Liptak then takes us to Judge Carlton W Reeves, a Federal District Court judge who blocked such legislation in Mississippi back in 2018 who said,
“The state chose to pass a law it knew was unconstitutional to endorse a decades-long campaign, fueled by national interest groups, to ask the Supreme Court to overturn Roe vs; Wade. This court follows the commands of the Supreme Court and the dictates of the United States Constitution, rather than the disingenuous calculations of the Mississippi Legislature.”
Judge Reeves is to be commended for his consistency. Christians make our plea; we follow a higher authority than the changing winds of public opinion. We follow the unchanging word of God.
The New York Times reports Judge Reeves' startling statement. He says,
“With the recent changes in the membership of the Supreme Court, it may be that the state believes divine providence covered the Capitol when it passed this legislation. Time will tell. If overturning Roe is the state’s desired result, the state will have to seek that relief from a higher court. For now, the United States Supreme Court has spoken.”
Hearing those words reminds me of other words spoken with confidence before the tragic events of the sinking of the Titanic. Though the story has been repeated and the source is hard to track down, it was reported that someone said, “Not even God himself could sink this ship.” My great-grandmother was born on April 11, 1912. She was three days old when the unsinkable ship sank.
Abortion in our age has become an “unsinkable ship.” Judge Reeves’s comments represent the ironclad status of abortion in our society. Some who oppose abortion see recent events in Mississippi as a divine wind of providence. Reeves and others see it as a passing breeze.

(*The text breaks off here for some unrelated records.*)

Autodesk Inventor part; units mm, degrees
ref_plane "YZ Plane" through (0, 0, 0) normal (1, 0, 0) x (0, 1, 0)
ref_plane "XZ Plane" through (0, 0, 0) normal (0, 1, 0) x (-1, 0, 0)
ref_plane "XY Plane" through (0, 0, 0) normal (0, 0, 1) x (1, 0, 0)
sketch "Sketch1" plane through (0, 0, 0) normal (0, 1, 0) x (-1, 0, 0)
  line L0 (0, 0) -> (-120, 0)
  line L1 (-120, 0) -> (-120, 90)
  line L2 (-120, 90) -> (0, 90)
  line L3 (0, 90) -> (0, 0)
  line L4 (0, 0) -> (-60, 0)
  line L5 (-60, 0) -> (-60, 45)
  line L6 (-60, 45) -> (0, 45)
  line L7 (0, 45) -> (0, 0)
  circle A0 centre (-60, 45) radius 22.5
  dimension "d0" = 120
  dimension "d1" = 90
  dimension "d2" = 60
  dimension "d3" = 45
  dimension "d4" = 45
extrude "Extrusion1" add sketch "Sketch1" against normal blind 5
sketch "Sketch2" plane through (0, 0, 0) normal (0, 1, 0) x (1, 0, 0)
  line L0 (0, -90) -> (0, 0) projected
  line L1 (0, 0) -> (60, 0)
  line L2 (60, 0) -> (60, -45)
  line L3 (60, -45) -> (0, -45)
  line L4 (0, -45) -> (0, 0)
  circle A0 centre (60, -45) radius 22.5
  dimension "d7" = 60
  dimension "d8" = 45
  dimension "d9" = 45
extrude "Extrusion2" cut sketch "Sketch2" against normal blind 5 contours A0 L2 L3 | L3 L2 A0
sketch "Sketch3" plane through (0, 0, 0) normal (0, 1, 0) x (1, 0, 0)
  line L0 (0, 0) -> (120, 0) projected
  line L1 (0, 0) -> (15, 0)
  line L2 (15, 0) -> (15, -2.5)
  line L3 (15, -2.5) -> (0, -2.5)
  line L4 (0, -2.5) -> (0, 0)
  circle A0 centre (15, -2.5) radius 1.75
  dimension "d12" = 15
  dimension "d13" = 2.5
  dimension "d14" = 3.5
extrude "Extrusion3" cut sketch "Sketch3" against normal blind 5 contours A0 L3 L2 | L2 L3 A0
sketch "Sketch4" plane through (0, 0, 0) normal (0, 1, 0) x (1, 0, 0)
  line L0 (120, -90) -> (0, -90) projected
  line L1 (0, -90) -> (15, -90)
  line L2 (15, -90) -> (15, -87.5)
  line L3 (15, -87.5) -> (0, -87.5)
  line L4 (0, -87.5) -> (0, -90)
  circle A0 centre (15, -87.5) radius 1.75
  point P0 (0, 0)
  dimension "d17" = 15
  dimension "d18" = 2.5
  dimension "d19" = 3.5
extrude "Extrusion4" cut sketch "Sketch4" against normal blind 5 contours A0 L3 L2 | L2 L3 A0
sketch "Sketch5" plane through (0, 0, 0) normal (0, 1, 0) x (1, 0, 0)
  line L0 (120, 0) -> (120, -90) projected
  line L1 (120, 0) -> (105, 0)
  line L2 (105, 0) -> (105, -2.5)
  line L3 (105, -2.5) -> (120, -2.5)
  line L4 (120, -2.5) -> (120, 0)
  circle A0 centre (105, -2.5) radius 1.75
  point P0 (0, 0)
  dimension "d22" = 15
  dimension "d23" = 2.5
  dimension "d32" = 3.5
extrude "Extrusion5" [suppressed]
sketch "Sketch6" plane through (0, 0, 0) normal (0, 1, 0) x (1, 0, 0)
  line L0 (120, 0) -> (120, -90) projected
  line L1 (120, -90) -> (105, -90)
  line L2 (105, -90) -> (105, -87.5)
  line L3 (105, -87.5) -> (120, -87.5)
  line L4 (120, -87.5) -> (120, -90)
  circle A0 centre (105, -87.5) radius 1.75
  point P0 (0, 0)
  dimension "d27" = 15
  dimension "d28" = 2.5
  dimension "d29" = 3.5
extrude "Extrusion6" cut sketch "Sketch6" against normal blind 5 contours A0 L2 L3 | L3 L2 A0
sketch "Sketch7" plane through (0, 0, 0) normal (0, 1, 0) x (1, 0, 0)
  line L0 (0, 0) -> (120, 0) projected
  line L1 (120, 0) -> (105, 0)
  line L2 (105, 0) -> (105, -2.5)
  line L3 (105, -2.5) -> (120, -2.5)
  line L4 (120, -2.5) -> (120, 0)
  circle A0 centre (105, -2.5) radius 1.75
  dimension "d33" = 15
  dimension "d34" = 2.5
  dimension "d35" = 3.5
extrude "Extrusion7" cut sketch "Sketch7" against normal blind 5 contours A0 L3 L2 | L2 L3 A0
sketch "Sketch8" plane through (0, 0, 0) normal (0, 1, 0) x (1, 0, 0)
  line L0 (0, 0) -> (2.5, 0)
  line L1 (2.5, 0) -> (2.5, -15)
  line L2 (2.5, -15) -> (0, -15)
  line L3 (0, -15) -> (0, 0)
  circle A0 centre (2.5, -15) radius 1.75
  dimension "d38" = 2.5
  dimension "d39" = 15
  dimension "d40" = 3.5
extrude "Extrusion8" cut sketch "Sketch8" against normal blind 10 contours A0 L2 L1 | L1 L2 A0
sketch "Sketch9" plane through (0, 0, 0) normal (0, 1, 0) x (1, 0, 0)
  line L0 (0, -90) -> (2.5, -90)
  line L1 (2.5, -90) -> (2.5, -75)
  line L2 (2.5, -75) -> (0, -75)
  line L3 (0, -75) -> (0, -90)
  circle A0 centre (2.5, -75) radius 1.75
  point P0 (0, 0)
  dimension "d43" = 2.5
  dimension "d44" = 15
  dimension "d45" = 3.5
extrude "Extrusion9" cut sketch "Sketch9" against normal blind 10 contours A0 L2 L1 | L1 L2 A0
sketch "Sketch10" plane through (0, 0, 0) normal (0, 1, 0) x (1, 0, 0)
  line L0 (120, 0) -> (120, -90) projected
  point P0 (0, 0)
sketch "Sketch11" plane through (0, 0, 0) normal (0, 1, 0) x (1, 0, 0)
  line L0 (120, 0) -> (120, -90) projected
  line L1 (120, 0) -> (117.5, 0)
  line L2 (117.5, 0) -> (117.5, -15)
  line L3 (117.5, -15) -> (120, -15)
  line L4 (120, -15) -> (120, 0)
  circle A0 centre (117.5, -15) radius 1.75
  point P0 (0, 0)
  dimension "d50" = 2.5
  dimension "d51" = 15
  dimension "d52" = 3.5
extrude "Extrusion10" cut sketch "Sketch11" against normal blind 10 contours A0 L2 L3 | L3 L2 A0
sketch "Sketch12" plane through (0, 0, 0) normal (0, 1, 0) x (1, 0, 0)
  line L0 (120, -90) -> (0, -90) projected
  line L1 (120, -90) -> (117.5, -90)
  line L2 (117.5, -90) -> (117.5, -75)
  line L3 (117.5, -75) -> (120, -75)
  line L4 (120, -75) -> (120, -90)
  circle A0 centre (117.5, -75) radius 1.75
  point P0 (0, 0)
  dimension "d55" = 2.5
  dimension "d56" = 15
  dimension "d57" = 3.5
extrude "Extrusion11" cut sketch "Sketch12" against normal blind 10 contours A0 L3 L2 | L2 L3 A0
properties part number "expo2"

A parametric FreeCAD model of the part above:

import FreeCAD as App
import Part
import Sketcher
Q = App.Units.Quantity


def add_polygon(sketch, points):
    """Adds a closed chain of lines whose ends are joined by coincident constraints."""
    first, n = sketch.GeometryCount, len(points)
    for a, b in zip(points, points[1:] + points[:1]):
        sketch.addGeometry(Part.LineSegment(App.Vector(*a, 0), App.Vector(*b, 0)), False)
    for i in range(n):
        sketch.addConstraint(Sketcher.Constraint("Coincident", first + i, 2, first + (i + 1) % n, 1))

doc = App.newDocument("Part")
body = doc.addObject("PartDesign::Body", "Body")

# Sketch on XZ plane
sketch1 = body.newObject("Sketcher::SketchObject", "Sketch")
sketch1.AttachmentSupport = (doc.getObject("XZ_Plane"), [""])
sketch1.MapMode = "FlatFace"
add_polygon(sketch1, [(0, 0), (0, 90), (120, 90), (120, 0)])  # lines 0-3
sketch1.addConstraint(Sketcher.Constraint("Vertical", 0))
sketch1.addConstraint(Sketcher.Constraint("Horizontal", 1))
sketch1.addConstraint(Sketcher.Constraint("Vertical", 2))
sketch1.addConstraint(Sketcher.Constraint("Horizontal", 3))
sketch1.addConstraint(Sketcher.Constraint("Coincident", 3, 2, -1, 1))
sketch1.addConstraint(Sketcher.Constraint("DistanceX", 1, 1, 1, 2, Q("120 mm")))
sketch1.addConstraint(Sketcher.Constraint("DistanceY", 0, 1, 0, 2, Q("90 mm")))
pad1 = body.newObject("PartDesign::Pad", "Pad")
pad1.Profile = sketch1
pad1.Length = 5

# Sketch on XZ plane
sketch2 = body.newObject("Sketcher::SketchObject", "Sketch001")
sketch2.AttachmentSupport = (doc.getObject("XZ_Plane"), [""])
sketch2.MapMode = "FlatFace"
sketch2.addGeometry(Part.Circle(App.Vector(60, 45, 0), App.Vector(0, 0, 1), 22.5), False)
sketch2.addConstraint(Sketcher.Constraint("Diameter", 0, Q("45 mm")))
sketch2.addConstraint(Sketcher.Constraint("DistanceX", -1, 1, 0, 3, Q("60 mm")))
sketch2.addConstraint(Sketcher.Constraint("DistanceY", -1, 1, 0, 3, Q("45 mm")))
pocket1 = body.newObject("PartDesign::Pocket", "Pocket")
pocket1.Profile = sketch2
pocket1.Length = 5
pocket1.Reversed = True

# Sketch on XZ plane
sketch3 = body.newObject("Sketcher::SketchObject", "Sketch002")
sketch3.AttachmentSupport = (doc.getObject("XZ_Plane"), [""])
sketch3.MapMode = "FlatFace"
sketch3.addGeometry(Part.Circle(App.Vector(15, 2.5, 0), App.Vector(0, 0, 1), 1.75), False)
sketch3.addConstraint(Sketcher.Constraint("Diameter", 0, Q("3.5 mm")))
sketch3.addConstraint(Sketcher.Constraint("DistanceX", -1, 1, 0, 3, Q("15 mm")))
sketch3.addConstraint(Sketcher.Constraint("DistanceY", -1, 1, 0, 3, Q("2.5 mm")))
pocket2 = body.newObject("PartDesign::Pocket", "Pocket001")
pocket2.Profile = sketch3
pocket2.Length = 5
pocket2.Reversed = True

# Sketch on XZ plane
sketch4 = body.newObject("Sketcher::SketchObject", "Sketch003")
sketch4.AttachmentSupport = (doc.getObject("XZ_Plane"), [""])
sketch4.MapMode = "FlatFace"
sketch4.addGeometry(Part.Circle(App.Vector(15, 87.5, 0), App.Vector(0, 0, 1), 1.75), False)
sketch4.addConstraint(Sketcher.Constraint("Diameter", 0, Q("3.5 mm")))
sketch4.addConstraint(Sketcher.Constraint("DistanceX", -1, 1, 0, 3, Q("15 mm")))
sketch4.addConstraint(Sketcher.Constraint("DistanceY", -1, 1, 0, 3, Q("87.5 mm")))
pocket3 = body.newObject("PartDesign::Pocket", "Pocket002")
pocket3.Profile = sketch4
pocket3.Length = 5
pocket3.Reversed = True

# Sketch on XZ plane
sketch5 = body.newObject("Sketcher::SketchObject", "Sketch004")
sketch5.AttachmentSupport = (doc.getObject("XZ_Plane"), [""])
sketch5.MapMode = "FlatFace"
sketch5.addGeometry(Part.Circle(App.Vector(105, 87.5, 0), App.Vector(0, 0, 1), 1.75), False)
sketch5.addConstraint(Sketcher.Constraint("Diameter", 0, Q("3.5 mm")))
sketch5.addConstraint(Sketcher.Constraint("DistanceX", -1, 1, 0, 3, Q("105 mm")))
sketch5.addConstraint(Sketcher.Constraint("DistanceY", -1, 1, 0, 3, Q("87.5 mm")))
pocket4 = body.newObject("PartDesign::Pocket", "Pocket003")
pocket4.Profile = sketch5
pocket4.Length = 5
pocket4.Reversed = True

# Sketch on XZ plane
sketch6 = body.newObject("Sketcher::SketchObject", "Sketch005")
sketch6.AttachmentSupport = (doc.getObject("XZ_Plane"), [""])
sketch6.MapMode = "FlatFace"
sketch6.addGeometry(Part.Circle(App.Vector(105, 2.5, 0), App.Vector(0, 0, 1), 1.75), False)
sketch6.addConstraint(Sketcher.Constraint("Diameter", 0, Q("3.5 mm")))
sketch6.addConstraint(Sketcher.Constraint("DistanceY", -1, 1, 0, 3, Q("2.5 mm")))
sketch6.addConstraint(Sketcher.Constraint("DistanceX", -1, 1, 0, 3, Q("105 mm")))
pocket5 = body.newObject("PartDesign::Pocket", "Pocket004")
pocket5.Profile = sketch6
pocket5.Length = 5
pocket5.Reversed = True

# Sketch on XZ plane
sketch7 = body.newObject("Sketcher::SketchObject", "Sketch006")
sketch7.AttachmentSupport = (doc.getObject("XZ_Plane"), [""])
sketch7.MapMode = "FlatFace"
sketch7.addGeometry(Part.Circle(App.Vector(2.5, 15, 0), App.Vector(0, 0, 1), 1.75), False)
sketch7.addConstraint(Sketcher.Constraint("Diameter", 0, Q("3.5 mm")))
sketch7.addConstraint(Sketcher.Constraint("DistanceY", -1, 1, 0, 3, Q("15 mm")))
sketch7.addConstraint(Sketcher.Constraint("DistanceX", -1, 1, 0, 3, Q("2.5 mm")))
pocket6 = body.newObject("PartDesign::Pocket", "Pocket005")
pocket6.Profile = sketch7
pocket6.Length = 10
pocket6.Reversed = True

# Sketch on XZ plane
sketch8 = body.newObject("Sketcher::SketchObject", "Sketch007")
sketch8.AttachmentSupport = (doc.getObject("XZ_Plane"), [""])
sketch8.MapMode = "FlatFace"
sketch8.addGeometry(Part.Circle(App.Vector(2.5, 75, 0), App.Vector(0, 0, 1), 1.75), False)
sketch8.addConstraint(Sketcher.Constraint("Diameter", 0, Q("3.5 mm")))
sketch8.addConstraint(Sketcher.Constraint("DistanceX", -1, 1, 0, 3, Q("2.5 mm")))
sketch8.addConstraint(Sketcher.Constraint("DistanceY", -1, 1, 0, 3, Q("75 mm")))
pocket7 = body.newObject("PartDesign::Pocket", "Pocket006")
pocket7.Profile = sketch8
pocket7.Length = 10
pocket7.Reversed = True

# Sketch on XZ plane
sketch9 = body.newObject("Sketcher::SketchObject", "Sketch008")
sketch9.AttachmentSupport = (doc.getObject("XZ_Plane"), [""])
sketch9.MapMode = "FlatFace"
sketch9.addGeometry(Part.Circle(App.Vector(117.5, 15, 0), App.Vector(0, 0, 1), 1.75), False)
sketch9.addConstraint(Sketcher.Constraint("Diameter", 0, Q("3.5 mm")))
sketch9.addConstraint(Sketcher.Constraint("DistanceY", -1, 1, 0, 3, Q("15 mm")))
sketch9.addConstraint(Sketcher.Constraint("DistanceX", -1, 1, 0, 3, Q("117.5 mm")))
pocket8 = body.newObject("PartDesign::Pocket", "Pocket007")
pocket8.Profile = sketch9
pocket8.Length = 10
pocket8.Reversed = True

# Sketch on XZ plane
sketch10 = body.newObject("Sketcher::SketchObject", "Sketch009")
sketch10.AttachmentSupport = (doc.getObject("XZ_Plane"), [""])
sketch10.MapMode = "FlatFace"
sketch10.addGeometry(Part.Circle(App.Vector(117.5, 75, 0), App.Vector(0, 0, 1), 1.75), False)
sketch10.addConstraint(Sketcher.Constraint("Diameter", 0, Q("3.5 mm")))
sketch10.addConstraint(Sketcher.Constraint("DistanceY", -1, 1, 0, 3, Q("75 mm")))
sketch10.addConstraint(Sketcher.Constraint("DistanceX", -1, 1, 0, 3, Q("117.5 mm")))
pocket9 = body.newObject("PartDesign::Pocket", "Pocket008")
pocket9.Profile = sketch10
pocket9.Length = 10
pocket9.Reversed = True

doc.recompute()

The real question before Christians as we consider these comments and their issues is which word will endure? Will the Supreme Court’s words are the enduring words, or will the Word of God endure?
I recently started studying the Ten Words of God, or more affectionately known as The Ten Commandments. In those ten words is the sixth word - You shall not murder. Christians identify abortion as murder. At the head of the ten words of God is the first word, the word that puts all the other words in order: You shall have no other God’s before me. The sixth word flows from the first. For Christians, abortion is not only a matter of ethics. Abortion is a matter of worship.
Lawrence Hurley at Reuters rightly notes, “Abortion remains a divisive issue in the United States, as in many countries. Christian conservatives are among those most opposed to it.” Consistent Christian confession will always oppose abortion. We oppose it because God opposes it, and he has since the beginning.
“Time will tell,” Judge Reeves, said, “if overturning Roe is the state’s desired result, the state will have to seek that relief from a higher court. For now, the United States Supreme Court has spoken.” Though the Supreme Court has spoken, another voice is speaking, reminding creation of reality. Often Christian confession is cited as being on the wrong side of history. Still, Reuters again reports, “Abortion rates in the United States have steadily declined since the early 1980s, reaching the lowest levels on record in recent years, according to the nonprofit Guttmacher Institute.” These statistics are revealing God turning hearts back towards reality. Abortion is wrong. Even the most ardent opponents know it deep down in their hearts.
Perhaps abortion is not as ironclad as some think. Christians take the challenge of Judge Reeves. Time on this issue is on our side. We grieve the egregious nature of abortion. We continue to fight for life because God, the supreme authority, has spoken.